▶ **What you need to do**: Every line in the data below from the one containing "#16=DIRECTION('',(0.,1.,0.));" down to the one containing "#58=PLANE('',#52);", both included, must be retyped exactly; no other line is to appear.

Dataset entries:
----
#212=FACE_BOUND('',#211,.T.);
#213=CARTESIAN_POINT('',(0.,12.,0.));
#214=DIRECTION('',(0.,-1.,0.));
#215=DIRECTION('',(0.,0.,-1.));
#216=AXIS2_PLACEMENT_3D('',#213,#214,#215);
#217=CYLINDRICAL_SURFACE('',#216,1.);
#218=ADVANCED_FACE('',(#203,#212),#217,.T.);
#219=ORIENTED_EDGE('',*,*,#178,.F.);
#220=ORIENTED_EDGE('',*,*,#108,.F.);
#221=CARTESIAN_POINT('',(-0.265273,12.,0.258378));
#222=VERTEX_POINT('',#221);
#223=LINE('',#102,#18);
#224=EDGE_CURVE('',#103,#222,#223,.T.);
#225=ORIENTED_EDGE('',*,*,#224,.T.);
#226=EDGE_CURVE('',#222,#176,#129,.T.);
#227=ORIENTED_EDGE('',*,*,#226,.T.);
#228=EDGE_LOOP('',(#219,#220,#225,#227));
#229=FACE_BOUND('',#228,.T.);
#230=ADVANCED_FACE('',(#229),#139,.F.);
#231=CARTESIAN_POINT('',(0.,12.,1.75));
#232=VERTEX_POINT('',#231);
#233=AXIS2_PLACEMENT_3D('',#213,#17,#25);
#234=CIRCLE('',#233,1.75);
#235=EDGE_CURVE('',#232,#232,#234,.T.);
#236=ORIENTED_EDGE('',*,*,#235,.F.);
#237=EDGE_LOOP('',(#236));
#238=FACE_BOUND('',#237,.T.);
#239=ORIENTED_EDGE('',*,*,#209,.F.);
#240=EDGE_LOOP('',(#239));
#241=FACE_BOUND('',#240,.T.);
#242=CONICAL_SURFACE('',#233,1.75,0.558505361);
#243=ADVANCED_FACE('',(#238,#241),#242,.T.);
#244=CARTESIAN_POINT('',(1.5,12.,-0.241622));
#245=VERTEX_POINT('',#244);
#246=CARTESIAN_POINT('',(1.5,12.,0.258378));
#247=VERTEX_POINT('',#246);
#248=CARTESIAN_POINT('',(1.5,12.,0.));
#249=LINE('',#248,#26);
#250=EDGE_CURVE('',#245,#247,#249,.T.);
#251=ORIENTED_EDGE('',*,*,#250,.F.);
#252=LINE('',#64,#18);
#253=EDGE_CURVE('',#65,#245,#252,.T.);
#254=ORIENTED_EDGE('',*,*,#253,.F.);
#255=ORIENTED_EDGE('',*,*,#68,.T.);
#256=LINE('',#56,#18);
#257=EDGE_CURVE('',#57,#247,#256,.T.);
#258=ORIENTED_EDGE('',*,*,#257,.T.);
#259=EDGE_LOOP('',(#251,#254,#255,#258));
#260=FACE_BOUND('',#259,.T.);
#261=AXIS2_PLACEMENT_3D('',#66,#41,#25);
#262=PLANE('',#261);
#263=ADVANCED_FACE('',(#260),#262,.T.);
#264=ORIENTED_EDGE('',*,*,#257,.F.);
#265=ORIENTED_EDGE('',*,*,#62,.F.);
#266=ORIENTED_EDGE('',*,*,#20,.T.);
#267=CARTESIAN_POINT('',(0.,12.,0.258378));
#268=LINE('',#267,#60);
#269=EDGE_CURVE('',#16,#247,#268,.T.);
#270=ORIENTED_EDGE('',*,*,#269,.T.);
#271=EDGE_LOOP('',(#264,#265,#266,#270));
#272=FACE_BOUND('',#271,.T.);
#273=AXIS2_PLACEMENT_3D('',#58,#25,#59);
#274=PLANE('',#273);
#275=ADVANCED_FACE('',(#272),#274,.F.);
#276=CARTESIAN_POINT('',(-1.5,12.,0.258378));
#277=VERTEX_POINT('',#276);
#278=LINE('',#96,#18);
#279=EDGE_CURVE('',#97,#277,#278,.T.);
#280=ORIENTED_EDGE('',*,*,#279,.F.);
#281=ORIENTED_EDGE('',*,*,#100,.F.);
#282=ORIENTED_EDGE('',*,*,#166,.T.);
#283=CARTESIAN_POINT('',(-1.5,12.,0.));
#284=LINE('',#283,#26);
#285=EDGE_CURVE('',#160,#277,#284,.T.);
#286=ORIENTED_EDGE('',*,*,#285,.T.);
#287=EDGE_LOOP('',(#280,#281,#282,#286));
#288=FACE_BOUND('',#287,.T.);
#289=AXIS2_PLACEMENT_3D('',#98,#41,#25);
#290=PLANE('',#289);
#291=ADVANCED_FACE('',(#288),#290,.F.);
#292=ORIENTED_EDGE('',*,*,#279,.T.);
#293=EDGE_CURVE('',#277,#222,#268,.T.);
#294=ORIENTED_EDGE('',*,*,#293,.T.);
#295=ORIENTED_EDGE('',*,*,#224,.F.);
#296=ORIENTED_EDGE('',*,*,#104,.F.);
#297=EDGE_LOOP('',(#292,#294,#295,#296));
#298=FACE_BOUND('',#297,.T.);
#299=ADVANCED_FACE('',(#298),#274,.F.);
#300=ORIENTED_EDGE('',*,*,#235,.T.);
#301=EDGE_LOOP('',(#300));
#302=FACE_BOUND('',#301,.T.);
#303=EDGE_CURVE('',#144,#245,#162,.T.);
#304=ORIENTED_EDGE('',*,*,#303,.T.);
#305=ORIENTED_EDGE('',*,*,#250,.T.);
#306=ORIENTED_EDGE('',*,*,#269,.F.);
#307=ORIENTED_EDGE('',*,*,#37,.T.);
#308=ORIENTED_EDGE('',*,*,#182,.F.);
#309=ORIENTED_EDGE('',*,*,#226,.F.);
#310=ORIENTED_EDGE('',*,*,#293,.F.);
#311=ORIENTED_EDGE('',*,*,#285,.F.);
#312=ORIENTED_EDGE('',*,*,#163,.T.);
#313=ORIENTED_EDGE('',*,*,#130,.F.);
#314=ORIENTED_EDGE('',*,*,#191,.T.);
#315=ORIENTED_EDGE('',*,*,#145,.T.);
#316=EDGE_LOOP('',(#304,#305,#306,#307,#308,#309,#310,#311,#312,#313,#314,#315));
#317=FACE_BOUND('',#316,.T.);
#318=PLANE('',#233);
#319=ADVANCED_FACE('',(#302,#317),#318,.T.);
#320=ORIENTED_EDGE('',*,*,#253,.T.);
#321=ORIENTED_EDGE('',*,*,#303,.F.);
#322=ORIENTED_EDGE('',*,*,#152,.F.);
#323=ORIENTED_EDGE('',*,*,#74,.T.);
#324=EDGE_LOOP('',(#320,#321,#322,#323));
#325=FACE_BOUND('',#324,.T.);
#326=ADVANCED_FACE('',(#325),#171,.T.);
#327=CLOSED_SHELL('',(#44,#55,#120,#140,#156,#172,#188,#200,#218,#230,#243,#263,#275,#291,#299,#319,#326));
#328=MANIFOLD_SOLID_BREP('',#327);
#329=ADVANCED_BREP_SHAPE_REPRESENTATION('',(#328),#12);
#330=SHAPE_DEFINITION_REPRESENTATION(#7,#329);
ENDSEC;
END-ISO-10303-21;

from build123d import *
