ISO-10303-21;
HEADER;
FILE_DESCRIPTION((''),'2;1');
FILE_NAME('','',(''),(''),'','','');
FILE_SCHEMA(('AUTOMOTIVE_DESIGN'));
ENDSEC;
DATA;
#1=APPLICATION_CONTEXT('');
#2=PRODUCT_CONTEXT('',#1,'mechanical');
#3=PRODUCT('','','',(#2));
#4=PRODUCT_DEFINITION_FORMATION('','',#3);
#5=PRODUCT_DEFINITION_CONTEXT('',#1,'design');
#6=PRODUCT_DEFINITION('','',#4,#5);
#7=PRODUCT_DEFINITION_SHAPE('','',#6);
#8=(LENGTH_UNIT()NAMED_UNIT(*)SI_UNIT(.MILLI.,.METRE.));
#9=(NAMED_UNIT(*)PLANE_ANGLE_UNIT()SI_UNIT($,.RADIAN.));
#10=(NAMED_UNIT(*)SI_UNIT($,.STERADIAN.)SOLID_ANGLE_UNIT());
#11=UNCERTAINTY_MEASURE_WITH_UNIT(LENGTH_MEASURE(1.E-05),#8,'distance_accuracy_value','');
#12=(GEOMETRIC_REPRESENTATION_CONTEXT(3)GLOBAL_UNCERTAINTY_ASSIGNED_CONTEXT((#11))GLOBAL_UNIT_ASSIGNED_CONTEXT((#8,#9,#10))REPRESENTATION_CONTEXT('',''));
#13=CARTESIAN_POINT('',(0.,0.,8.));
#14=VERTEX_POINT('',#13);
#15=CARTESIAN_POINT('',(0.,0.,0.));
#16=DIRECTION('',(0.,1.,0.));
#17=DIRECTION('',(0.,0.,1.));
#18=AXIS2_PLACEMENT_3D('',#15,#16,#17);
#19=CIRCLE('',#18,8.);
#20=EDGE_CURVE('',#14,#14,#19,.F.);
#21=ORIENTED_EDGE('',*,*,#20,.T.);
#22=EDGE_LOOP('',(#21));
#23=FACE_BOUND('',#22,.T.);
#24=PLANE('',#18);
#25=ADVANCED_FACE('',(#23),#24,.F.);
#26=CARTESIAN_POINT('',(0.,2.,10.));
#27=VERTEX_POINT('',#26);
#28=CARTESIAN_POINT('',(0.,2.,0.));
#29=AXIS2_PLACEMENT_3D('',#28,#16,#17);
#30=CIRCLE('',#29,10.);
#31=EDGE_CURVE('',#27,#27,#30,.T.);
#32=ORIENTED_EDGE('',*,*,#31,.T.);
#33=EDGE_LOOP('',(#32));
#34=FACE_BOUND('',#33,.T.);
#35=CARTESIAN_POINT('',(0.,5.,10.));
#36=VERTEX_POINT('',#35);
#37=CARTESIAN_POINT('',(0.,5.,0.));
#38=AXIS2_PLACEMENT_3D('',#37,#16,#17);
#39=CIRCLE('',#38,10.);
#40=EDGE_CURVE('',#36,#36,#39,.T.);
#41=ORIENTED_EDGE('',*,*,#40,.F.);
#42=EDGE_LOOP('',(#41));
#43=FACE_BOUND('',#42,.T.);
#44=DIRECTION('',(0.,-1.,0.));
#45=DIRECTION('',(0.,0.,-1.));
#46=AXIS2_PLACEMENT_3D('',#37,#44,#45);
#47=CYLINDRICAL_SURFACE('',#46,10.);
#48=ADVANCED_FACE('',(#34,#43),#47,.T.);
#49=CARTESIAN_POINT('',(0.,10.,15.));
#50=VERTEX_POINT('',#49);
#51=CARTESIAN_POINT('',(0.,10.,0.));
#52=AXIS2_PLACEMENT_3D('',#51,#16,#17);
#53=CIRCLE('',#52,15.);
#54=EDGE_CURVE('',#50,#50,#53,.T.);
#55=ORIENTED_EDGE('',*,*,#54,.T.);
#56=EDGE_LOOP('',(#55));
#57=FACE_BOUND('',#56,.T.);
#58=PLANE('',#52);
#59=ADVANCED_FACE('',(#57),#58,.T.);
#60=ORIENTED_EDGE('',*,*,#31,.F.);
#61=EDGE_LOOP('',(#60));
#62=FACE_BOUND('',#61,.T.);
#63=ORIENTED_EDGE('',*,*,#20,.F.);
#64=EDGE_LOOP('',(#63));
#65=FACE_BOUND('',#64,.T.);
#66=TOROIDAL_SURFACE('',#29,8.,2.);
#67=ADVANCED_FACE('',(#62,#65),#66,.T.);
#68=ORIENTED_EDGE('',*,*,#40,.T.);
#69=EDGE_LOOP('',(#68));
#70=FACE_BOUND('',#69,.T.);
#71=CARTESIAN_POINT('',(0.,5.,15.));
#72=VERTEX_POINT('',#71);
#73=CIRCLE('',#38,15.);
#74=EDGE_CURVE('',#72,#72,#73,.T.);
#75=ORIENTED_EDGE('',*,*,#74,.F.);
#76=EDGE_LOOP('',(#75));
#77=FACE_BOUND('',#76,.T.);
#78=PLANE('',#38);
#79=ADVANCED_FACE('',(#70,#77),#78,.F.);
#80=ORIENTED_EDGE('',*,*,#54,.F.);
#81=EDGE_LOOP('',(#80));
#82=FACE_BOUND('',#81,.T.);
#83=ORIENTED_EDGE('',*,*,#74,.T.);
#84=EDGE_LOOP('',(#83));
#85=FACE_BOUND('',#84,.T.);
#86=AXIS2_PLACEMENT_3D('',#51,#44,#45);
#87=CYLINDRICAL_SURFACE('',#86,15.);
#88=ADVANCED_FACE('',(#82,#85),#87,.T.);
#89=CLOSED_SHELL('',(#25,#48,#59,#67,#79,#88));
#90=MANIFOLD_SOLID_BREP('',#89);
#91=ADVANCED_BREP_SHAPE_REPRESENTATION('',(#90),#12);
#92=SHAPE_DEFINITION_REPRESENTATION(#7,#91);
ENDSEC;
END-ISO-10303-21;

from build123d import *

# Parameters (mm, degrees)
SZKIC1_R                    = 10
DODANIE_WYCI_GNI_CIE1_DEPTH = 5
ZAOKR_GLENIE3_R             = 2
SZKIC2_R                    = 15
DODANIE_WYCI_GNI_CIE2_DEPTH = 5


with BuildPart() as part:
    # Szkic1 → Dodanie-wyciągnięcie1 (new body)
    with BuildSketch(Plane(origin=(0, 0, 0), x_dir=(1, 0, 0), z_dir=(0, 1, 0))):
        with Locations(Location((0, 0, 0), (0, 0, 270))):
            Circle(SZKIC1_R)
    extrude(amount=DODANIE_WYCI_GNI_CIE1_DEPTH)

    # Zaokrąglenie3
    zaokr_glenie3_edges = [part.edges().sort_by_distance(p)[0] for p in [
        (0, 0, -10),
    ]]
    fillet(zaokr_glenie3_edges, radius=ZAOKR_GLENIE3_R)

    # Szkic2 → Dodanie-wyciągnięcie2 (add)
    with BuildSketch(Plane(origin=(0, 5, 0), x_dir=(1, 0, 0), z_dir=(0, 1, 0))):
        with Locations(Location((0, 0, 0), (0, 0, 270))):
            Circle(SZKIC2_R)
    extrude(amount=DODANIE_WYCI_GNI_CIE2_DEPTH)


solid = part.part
----
▶ **Response area**:
#16=DIRECTION('',(0.,1.,0.));
#17=DIRECTION('',(0.,0.,1.));
#18=AXIS2_PLACEMENT_3D('',#15,#16,#17);
#19=CIRCLE('',#18,8.);
#20=EDGE_CURVE('',#14,#14,#19,.F.);
#21=ORIENTED_EDGE('',*,*,#20,.T.);
#22=EDGE_LOOP('',(#21));
#23=FACE_BOUND('',#22,.T.);
#24=PLANE('',#18);
#25=ADVANCED_FACE('',(#23),#24,.F.);
#26=CARTESIAN_POINT('',(0.,2.,10.));
#27=VERTEX_POINT('',#26);
#28=CARTESIAN_POINT('',(0.,2.,0.));
#29=AXIS2_PLACEMENT_3D('',#28,#16,#17);
#30=CIRCLE('',#29,10.);
#31=EDGE_CURVE('',#27,#27,#30,.T.);
#32=ORIENTED_EDGE('',*,*,#31,.T.);
#33=EDGE_LOOP('',(#32));
#34=FACE_BOUND('',#33,.T.);
#35=CARTESIAN_POINT('',(0.,5.,10.));
#36=VERTEX_POINT('',#35);
#37=CARTESIAN_POINT('',(0.,5.,0.));
#38=AXIS2_PLACEMENT_3D('',#37,#16,#17);
#39=CIRCLE('',#38,10.);
#40=EDGE_CURVE('',#36,#36,#39,.T.);
#41=ORIENTED_EDGE('',*,*,#40,.F.);
#42=EDGE_LOOP('',(#41));
#43=FACE_BOUND('',#42,.T.);
#44=DIRECTION('',(0.,-1.,0.));
#45=DIRECTION('',(0.,0.,-1.));
#46=AXIS2_PLACEMENT_3D('',#37,#44,#45);
#47=CYLINDRICAL_SURFACE('',#46,10.);
#48=ADVANCED_FACE('',(#34,#43),#47,.T.);
#49=CARTESIAN_POINT('',(0.,10.,15.));
#50=VERTEX_POINT('',#49);
#51=CARTESIAN_POINT('',(0.,10.,0.));
#52=AXIS2_PLACEMENT_3D('',#51,#16,#17);
#53=CIRCLE('',#52,15.);
#54=EDGE_CURVE('',#50,#50,#53,.T.);
#55=ORIENTED_EDGE('',*,*,#54,.T.);
#56=EDGE_LOOP('',(#55));
#57=FACE_BOUND('',#56,.T.);
#58=PLANE('',#52);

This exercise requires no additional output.